__Task description__:
In the entries that follow, how many lines contain "keep"? Answer with the number only.

──────── Given records

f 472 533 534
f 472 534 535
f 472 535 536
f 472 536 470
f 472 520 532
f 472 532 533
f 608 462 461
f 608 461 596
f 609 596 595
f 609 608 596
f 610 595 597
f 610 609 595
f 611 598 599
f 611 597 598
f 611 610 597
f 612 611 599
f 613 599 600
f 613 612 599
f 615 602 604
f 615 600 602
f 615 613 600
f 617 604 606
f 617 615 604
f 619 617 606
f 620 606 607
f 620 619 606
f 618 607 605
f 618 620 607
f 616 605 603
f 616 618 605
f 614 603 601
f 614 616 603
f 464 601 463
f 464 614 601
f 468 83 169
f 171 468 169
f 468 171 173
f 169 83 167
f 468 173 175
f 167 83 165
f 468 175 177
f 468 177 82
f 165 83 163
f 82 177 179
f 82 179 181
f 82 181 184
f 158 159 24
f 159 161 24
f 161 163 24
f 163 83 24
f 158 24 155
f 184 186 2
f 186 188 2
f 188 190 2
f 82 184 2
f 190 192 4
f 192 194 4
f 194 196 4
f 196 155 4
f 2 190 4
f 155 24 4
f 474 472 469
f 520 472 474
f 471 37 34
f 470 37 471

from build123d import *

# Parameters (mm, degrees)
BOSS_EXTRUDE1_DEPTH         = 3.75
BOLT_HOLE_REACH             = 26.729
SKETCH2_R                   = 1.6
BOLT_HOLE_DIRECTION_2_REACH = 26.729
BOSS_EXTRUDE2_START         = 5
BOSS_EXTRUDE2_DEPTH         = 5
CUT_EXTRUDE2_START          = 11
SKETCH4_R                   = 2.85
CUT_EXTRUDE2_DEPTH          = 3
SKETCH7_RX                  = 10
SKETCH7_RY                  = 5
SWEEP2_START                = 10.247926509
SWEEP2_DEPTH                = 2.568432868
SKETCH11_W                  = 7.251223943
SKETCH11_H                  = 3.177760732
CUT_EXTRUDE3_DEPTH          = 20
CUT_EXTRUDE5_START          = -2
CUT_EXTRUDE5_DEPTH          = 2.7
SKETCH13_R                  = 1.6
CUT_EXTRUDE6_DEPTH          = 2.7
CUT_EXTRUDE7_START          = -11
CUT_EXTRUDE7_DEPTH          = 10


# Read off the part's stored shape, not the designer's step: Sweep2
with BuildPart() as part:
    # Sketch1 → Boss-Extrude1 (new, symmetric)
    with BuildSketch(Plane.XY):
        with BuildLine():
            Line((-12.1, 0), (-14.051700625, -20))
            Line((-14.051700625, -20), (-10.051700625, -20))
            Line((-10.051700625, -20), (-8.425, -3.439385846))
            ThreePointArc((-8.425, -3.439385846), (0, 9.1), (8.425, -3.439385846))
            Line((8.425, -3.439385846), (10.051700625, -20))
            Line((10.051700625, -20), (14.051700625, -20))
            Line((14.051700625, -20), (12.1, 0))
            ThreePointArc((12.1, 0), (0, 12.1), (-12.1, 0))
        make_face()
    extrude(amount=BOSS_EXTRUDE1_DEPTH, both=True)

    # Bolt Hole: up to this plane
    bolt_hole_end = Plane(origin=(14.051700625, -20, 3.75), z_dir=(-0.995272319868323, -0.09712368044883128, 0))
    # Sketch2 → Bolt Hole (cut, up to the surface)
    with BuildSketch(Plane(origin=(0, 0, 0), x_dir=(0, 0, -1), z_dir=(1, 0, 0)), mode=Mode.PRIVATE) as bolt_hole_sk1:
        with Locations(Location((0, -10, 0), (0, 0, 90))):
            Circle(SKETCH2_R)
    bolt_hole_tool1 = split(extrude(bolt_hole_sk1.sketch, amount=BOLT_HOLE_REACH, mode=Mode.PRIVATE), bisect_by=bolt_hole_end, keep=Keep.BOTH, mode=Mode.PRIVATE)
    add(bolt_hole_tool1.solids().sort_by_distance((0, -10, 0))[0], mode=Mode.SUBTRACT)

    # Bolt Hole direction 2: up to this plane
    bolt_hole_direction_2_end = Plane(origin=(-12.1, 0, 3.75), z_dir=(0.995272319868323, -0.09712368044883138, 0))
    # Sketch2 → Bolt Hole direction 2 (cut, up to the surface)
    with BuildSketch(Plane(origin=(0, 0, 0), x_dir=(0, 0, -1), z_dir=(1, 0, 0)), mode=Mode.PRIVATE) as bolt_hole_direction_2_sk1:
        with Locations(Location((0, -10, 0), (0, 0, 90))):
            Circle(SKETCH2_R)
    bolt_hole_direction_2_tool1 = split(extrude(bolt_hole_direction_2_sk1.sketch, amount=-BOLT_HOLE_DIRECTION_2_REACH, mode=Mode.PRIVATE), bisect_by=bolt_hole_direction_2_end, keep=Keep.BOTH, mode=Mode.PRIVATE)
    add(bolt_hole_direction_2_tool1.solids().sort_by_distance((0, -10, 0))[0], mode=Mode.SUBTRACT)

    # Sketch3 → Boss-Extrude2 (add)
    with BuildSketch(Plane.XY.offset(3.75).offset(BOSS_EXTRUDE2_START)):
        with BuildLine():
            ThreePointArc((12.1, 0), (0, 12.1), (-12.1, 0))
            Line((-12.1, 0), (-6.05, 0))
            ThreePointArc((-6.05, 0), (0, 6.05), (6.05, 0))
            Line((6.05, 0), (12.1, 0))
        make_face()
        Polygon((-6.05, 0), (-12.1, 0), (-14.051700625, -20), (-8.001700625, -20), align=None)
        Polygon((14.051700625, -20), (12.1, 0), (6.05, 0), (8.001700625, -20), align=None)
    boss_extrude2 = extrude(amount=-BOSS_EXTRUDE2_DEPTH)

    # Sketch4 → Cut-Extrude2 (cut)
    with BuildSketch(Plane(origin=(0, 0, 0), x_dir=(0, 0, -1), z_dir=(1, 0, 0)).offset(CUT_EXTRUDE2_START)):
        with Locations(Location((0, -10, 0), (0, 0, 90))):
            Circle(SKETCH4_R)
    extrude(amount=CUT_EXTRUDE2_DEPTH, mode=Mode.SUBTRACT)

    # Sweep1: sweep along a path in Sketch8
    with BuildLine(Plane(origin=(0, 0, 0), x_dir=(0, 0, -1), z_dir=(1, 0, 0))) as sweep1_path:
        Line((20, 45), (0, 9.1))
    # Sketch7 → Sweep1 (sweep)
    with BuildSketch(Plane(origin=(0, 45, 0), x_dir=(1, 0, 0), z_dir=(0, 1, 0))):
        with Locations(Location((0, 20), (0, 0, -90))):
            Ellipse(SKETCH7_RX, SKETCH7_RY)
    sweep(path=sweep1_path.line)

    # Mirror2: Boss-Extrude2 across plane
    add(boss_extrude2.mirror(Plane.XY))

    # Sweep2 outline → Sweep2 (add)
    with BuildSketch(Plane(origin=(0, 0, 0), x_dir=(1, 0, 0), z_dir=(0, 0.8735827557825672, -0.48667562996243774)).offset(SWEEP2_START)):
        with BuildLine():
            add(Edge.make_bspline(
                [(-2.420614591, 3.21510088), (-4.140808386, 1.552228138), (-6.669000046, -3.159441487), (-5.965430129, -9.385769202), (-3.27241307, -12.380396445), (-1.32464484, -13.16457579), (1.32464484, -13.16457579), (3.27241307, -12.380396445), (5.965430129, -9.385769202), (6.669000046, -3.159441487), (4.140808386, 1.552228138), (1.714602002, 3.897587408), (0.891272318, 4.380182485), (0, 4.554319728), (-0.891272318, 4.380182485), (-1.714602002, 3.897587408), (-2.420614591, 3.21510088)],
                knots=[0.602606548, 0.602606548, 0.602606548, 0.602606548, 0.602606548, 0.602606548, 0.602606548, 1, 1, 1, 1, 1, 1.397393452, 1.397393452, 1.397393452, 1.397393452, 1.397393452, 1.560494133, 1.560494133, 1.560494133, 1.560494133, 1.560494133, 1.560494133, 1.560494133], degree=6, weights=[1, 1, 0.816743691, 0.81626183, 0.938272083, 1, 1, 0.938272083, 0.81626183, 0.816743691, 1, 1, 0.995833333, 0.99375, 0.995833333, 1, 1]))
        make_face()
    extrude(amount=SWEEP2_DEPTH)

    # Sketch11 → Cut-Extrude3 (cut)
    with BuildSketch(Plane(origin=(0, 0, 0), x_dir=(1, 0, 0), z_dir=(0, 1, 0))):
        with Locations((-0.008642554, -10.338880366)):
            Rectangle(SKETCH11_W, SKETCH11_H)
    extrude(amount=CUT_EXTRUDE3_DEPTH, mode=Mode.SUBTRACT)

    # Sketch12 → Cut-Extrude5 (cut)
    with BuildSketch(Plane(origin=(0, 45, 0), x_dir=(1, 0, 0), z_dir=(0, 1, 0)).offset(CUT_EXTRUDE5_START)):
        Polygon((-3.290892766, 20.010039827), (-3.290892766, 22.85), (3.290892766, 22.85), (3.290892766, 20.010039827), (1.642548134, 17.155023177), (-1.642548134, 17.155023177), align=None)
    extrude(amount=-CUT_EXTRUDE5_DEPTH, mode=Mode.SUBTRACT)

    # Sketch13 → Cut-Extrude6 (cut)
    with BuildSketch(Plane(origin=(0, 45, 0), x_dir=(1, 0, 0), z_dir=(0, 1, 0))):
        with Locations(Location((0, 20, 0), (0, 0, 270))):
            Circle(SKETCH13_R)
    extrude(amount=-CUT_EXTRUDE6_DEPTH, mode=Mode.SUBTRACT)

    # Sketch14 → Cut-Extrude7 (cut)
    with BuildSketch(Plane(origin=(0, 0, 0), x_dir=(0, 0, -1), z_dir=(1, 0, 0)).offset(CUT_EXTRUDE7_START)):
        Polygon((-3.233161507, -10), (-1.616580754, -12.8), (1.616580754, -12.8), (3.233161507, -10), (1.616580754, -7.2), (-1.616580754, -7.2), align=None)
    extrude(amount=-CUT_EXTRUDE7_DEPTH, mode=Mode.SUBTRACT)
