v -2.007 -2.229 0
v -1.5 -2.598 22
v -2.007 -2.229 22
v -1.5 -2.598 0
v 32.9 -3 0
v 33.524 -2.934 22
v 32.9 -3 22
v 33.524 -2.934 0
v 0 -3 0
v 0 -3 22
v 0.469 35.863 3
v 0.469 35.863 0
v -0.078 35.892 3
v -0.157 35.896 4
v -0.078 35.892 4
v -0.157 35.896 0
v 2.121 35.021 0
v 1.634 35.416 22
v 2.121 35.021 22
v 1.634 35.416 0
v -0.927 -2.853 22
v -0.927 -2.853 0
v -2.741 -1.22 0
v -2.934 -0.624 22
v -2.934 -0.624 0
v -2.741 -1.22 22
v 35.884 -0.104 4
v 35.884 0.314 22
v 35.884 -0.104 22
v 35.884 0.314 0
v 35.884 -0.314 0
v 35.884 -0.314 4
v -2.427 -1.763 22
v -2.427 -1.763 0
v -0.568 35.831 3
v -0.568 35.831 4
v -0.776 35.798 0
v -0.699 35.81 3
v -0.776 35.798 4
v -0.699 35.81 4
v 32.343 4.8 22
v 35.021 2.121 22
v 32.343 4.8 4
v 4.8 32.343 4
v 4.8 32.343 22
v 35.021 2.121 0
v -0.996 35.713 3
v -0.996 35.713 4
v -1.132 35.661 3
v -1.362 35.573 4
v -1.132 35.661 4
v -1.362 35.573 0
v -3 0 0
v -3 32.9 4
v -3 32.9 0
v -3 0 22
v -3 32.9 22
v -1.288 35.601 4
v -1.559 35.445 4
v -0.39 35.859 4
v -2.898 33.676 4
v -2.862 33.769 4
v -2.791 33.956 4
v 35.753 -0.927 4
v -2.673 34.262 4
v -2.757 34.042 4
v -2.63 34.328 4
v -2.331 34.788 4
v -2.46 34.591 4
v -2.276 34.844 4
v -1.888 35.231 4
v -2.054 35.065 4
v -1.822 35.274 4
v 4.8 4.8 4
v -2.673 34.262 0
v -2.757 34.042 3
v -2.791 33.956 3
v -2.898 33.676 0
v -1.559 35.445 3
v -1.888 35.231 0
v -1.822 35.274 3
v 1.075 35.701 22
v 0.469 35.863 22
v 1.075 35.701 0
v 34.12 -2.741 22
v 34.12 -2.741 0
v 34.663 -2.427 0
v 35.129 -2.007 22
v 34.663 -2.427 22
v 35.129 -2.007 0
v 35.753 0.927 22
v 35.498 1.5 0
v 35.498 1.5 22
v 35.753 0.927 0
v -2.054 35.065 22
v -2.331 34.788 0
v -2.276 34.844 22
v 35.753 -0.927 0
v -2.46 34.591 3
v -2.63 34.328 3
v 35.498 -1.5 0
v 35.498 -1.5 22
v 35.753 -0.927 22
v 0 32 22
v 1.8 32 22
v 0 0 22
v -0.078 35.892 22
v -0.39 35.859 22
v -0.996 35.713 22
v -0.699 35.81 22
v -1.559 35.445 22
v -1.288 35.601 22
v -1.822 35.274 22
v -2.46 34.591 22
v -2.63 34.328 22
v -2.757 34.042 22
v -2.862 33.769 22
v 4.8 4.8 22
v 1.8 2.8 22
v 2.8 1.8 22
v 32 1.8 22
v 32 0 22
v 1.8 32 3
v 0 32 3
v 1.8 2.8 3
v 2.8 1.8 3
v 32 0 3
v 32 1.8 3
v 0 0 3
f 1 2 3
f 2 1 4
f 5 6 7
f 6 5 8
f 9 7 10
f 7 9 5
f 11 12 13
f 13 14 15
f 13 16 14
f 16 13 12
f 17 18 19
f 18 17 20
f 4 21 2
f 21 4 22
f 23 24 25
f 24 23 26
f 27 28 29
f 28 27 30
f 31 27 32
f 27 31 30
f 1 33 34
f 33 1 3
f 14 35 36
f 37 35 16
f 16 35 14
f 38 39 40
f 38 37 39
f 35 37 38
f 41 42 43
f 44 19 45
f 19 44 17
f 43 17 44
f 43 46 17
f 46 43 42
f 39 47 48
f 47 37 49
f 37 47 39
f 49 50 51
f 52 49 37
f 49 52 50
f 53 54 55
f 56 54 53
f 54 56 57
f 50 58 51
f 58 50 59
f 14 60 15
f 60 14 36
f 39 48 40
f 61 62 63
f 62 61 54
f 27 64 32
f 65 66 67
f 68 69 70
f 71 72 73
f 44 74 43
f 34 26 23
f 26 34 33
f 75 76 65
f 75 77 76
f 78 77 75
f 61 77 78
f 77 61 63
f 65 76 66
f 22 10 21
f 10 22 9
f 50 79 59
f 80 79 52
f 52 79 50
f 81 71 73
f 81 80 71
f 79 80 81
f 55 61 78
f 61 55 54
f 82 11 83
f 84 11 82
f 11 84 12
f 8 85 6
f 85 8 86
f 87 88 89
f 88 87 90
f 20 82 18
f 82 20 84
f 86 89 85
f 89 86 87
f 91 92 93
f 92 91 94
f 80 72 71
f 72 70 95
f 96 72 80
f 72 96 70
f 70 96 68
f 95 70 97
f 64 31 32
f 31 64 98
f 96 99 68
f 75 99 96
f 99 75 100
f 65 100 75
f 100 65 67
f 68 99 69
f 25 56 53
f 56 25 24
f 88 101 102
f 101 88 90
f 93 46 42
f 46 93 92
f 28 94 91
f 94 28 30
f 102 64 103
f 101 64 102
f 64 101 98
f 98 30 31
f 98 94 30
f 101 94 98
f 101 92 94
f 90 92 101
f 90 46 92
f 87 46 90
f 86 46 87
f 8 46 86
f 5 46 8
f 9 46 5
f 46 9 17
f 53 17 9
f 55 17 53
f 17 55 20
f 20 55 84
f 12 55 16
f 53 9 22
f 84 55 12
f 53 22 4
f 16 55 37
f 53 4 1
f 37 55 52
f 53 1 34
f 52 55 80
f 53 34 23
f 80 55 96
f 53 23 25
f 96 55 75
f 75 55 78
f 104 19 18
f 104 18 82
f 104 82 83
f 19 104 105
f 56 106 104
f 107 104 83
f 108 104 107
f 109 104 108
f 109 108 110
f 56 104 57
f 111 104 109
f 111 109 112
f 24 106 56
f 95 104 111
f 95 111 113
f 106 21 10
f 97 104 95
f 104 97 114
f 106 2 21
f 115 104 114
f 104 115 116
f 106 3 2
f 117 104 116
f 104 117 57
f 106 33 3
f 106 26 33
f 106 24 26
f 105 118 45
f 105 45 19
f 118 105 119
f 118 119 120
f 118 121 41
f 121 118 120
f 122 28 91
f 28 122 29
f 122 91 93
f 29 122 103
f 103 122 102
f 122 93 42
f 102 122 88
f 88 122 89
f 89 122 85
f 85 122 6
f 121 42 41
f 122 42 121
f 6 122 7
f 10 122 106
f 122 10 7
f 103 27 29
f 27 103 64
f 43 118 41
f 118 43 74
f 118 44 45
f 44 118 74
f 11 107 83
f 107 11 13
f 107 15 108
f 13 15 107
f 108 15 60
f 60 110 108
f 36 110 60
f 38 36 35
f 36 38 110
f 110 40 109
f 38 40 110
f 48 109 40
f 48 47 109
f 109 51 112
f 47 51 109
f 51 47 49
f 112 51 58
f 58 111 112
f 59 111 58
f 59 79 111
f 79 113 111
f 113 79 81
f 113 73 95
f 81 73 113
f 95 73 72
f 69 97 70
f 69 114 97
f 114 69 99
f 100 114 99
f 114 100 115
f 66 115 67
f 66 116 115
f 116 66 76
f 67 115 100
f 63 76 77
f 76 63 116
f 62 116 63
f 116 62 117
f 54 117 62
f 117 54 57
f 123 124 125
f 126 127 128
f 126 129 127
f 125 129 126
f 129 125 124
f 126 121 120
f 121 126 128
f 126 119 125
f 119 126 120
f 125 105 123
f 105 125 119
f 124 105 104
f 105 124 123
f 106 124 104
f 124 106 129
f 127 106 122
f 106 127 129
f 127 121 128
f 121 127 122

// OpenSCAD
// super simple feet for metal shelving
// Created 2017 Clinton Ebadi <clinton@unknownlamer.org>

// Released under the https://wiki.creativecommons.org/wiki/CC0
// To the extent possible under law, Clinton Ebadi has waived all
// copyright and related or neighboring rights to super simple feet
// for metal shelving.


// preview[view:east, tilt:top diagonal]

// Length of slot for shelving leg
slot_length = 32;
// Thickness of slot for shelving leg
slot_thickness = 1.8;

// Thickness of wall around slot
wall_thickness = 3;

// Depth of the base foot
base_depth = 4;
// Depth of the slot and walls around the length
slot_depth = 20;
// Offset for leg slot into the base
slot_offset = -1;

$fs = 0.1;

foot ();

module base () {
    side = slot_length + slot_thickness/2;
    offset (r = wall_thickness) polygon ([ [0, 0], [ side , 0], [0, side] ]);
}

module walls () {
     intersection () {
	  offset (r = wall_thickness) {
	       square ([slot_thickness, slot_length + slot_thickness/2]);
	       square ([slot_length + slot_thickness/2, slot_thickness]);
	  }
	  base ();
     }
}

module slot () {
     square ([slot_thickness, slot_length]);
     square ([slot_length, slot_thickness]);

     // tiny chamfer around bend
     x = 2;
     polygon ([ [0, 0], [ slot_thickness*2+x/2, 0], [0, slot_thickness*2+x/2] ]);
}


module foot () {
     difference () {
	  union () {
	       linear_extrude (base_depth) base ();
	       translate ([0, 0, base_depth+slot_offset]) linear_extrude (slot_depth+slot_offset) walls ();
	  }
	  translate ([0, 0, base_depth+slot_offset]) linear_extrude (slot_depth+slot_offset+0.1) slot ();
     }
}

────────────────

__Solved exercise__:
2